**EXERCISE DESCRIPTION**
In the data below, find the line that contains "point P1 (35, -5)" and the line that contains "The same part". Copy both, plus every line between them, exactly.

Stored data entries

------------------------

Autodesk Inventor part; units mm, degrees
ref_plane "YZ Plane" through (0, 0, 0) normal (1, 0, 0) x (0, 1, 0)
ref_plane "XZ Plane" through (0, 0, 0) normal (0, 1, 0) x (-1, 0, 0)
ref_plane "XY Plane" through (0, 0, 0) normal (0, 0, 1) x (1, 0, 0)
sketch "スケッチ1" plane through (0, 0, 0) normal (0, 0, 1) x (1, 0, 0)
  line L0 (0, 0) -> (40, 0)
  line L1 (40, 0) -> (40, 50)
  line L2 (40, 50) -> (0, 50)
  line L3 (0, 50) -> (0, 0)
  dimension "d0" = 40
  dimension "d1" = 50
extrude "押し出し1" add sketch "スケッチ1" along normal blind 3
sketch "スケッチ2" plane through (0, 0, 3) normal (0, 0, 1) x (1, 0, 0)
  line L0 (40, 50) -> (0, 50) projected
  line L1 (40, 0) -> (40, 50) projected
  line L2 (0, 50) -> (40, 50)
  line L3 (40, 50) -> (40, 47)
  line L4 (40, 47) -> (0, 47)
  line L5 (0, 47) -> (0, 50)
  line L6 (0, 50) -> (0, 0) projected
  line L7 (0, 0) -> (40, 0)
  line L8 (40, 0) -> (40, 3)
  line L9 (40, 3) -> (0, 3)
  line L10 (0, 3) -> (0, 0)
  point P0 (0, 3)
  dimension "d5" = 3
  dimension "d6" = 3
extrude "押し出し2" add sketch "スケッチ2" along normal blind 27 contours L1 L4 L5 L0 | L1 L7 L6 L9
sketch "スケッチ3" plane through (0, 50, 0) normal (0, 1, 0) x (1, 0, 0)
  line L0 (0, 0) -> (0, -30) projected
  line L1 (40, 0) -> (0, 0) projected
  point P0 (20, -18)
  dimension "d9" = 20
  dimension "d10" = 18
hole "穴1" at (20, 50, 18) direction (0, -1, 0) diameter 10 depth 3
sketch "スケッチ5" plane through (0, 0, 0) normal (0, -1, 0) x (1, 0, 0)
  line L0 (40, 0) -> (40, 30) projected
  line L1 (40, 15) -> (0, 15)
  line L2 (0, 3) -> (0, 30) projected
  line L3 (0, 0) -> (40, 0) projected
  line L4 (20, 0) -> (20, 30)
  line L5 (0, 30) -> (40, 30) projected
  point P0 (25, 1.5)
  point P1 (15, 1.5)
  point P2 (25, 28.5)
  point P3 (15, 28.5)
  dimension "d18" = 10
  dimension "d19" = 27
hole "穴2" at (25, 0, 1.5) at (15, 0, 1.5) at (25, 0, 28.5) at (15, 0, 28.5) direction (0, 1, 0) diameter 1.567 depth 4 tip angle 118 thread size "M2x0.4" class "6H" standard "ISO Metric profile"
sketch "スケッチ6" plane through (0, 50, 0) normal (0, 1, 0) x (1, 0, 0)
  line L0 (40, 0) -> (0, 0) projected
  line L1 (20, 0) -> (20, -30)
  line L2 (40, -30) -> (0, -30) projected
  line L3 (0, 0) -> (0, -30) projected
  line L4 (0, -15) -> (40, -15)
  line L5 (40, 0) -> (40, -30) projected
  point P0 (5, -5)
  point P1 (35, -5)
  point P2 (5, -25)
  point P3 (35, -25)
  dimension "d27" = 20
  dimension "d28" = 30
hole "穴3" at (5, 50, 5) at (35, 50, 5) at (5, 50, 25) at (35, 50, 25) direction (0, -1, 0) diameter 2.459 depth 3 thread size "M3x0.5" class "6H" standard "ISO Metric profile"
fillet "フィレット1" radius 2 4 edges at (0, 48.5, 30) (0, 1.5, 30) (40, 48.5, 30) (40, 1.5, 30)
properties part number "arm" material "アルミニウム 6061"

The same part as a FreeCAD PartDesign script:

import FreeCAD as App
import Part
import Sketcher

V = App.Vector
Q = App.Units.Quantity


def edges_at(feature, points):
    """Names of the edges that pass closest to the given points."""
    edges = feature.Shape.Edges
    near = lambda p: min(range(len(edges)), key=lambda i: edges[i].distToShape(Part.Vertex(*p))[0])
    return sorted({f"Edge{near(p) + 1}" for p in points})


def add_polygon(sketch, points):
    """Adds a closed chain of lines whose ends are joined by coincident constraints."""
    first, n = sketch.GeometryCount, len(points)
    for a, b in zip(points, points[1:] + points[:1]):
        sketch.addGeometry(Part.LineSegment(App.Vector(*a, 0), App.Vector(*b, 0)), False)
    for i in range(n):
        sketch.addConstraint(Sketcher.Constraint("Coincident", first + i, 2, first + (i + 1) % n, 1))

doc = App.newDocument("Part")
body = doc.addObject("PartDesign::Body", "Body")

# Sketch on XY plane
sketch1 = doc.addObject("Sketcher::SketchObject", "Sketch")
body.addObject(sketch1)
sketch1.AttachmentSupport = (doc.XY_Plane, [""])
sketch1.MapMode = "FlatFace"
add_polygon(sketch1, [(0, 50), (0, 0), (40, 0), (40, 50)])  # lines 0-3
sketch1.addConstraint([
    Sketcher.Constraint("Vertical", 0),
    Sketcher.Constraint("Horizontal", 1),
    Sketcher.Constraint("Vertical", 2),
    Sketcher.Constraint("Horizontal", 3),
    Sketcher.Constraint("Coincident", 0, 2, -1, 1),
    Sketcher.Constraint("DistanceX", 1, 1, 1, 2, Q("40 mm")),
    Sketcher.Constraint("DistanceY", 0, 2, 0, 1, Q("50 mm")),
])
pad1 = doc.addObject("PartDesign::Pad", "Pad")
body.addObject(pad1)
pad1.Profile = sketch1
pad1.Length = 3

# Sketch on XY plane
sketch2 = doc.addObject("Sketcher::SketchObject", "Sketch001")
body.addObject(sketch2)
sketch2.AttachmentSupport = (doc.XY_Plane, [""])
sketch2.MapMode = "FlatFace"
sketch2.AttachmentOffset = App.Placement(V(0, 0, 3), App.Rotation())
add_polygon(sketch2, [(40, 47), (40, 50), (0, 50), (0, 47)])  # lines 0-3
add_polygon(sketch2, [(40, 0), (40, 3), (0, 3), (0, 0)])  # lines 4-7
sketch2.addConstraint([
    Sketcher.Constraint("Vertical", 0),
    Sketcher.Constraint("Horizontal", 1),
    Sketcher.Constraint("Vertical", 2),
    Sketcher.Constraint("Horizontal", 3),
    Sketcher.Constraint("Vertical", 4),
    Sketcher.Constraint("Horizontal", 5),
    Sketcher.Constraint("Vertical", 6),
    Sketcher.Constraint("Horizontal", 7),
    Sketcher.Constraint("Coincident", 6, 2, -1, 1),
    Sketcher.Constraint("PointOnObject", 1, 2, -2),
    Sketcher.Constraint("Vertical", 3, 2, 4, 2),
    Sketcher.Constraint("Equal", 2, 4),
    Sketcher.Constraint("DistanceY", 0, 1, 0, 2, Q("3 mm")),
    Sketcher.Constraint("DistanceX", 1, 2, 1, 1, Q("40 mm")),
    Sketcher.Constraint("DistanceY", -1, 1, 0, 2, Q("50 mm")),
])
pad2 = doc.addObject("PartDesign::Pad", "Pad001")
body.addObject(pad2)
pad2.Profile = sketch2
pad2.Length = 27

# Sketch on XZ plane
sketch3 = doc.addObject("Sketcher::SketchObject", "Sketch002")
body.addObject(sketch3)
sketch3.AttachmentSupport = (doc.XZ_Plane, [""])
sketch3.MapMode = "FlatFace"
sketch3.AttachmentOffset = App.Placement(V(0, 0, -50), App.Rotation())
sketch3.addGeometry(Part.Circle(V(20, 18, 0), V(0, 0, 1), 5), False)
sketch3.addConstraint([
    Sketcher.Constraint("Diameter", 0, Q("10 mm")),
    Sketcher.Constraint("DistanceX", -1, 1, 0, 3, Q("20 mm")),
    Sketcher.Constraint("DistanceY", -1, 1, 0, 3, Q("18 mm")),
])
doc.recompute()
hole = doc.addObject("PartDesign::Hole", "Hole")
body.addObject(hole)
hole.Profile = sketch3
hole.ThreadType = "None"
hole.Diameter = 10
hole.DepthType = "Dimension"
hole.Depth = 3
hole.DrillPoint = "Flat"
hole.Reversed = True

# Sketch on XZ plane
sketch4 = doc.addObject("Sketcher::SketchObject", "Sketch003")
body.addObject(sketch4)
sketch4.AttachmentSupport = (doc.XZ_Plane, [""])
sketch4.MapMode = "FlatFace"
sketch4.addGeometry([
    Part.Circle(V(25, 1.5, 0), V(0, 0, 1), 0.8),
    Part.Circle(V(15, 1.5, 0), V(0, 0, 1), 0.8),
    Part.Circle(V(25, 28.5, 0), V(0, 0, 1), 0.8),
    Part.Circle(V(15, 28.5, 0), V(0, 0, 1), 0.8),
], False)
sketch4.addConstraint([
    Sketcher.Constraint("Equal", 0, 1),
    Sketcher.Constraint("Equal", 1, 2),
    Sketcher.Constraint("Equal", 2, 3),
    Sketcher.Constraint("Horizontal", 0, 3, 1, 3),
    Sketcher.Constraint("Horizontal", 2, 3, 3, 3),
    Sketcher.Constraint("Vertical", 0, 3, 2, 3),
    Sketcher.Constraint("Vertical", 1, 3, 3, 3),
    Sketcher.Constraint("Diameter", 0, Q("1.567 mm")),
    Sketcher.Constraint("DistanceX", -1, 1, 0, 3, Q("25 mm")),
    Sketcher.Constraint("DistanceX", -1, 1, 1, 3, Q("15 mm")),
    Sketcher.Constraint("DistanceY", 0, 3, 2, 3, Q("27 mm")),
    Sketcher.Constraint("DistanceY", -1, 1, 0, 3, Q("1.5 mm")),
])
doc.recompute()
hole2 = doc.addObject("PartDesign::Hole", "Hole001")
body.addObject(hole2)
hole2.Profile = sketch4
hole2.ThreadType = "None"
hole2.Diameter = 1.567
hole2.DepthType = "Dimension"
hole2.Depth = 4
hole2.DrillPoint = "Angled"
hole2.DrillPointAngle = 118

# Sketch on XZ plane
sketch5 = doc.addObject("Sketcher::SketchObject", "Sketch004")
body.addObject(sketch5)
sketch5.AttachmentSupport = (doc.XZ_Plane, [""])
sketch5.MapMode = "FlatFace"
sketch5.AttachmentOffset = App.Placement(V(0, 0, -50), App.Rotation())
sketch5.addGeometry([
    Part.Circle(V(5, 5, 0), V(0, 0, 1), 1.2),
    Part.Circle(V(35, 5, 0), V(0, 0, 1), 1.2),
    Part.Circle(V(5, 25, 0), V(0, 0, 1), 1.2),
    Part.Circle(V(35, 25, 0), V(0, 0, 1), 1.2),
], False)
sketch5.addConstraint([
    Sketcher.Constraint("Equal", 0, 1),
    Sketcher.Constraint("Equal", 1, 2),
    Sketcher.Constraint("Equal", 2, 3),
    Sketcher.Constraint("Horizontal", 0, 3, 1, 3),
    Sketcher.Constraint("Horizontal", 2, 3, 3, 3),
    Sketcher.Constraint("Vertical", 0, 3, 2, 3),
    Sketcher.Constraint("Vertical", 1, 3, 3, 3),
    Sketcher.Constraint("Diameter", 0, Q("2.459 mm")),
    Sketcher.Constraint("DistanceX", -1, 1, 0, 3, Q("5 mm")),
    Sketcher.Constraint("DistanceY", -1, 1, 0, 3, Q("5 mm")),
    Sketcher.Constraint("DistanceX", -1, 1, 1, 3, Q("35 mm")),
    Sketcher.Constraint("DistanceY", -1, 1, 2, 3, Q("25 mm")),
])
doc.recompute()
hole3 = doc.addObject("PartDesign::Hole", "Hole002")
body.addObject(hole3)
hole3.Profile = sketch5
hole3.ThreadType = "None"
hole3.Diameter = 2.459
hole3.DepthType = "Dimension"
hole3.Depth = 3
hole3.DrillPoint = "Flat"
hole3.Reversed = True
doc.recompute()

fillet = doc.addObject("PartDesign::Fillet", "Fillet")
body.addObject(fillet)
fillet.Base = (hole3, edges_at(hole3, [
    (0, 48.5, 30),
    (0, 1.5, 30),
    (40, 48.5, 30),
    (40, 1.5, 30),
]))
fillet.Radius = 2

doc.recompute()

------------------------

**OUTPUT OF THE EXERCISE**
  point P1 (35, -5)
  point P2 (5, -25)
  point P3 (35, -25)
  dimension "d27" = 20
  dimension "d28" = 30
hole "穴3" at (5, 50, 5) at (35, 50, 5) at (5, 50, 25) at (35, 50, 25) direction (0, -1, 0) diameter 2.459 depth 3 thread size "M3x0.5" class "6H" standard "ISO Metric profile"
fillet "フィレット1" radius 2 4 edges at (0, 48.5, 30) (0, 1.5, 30) (40, 48.5, 30) (40, 1.5, 30)
properties part number "arm" material "アルミニウム 6061"

The same part as a FreeCAD PartDesign script:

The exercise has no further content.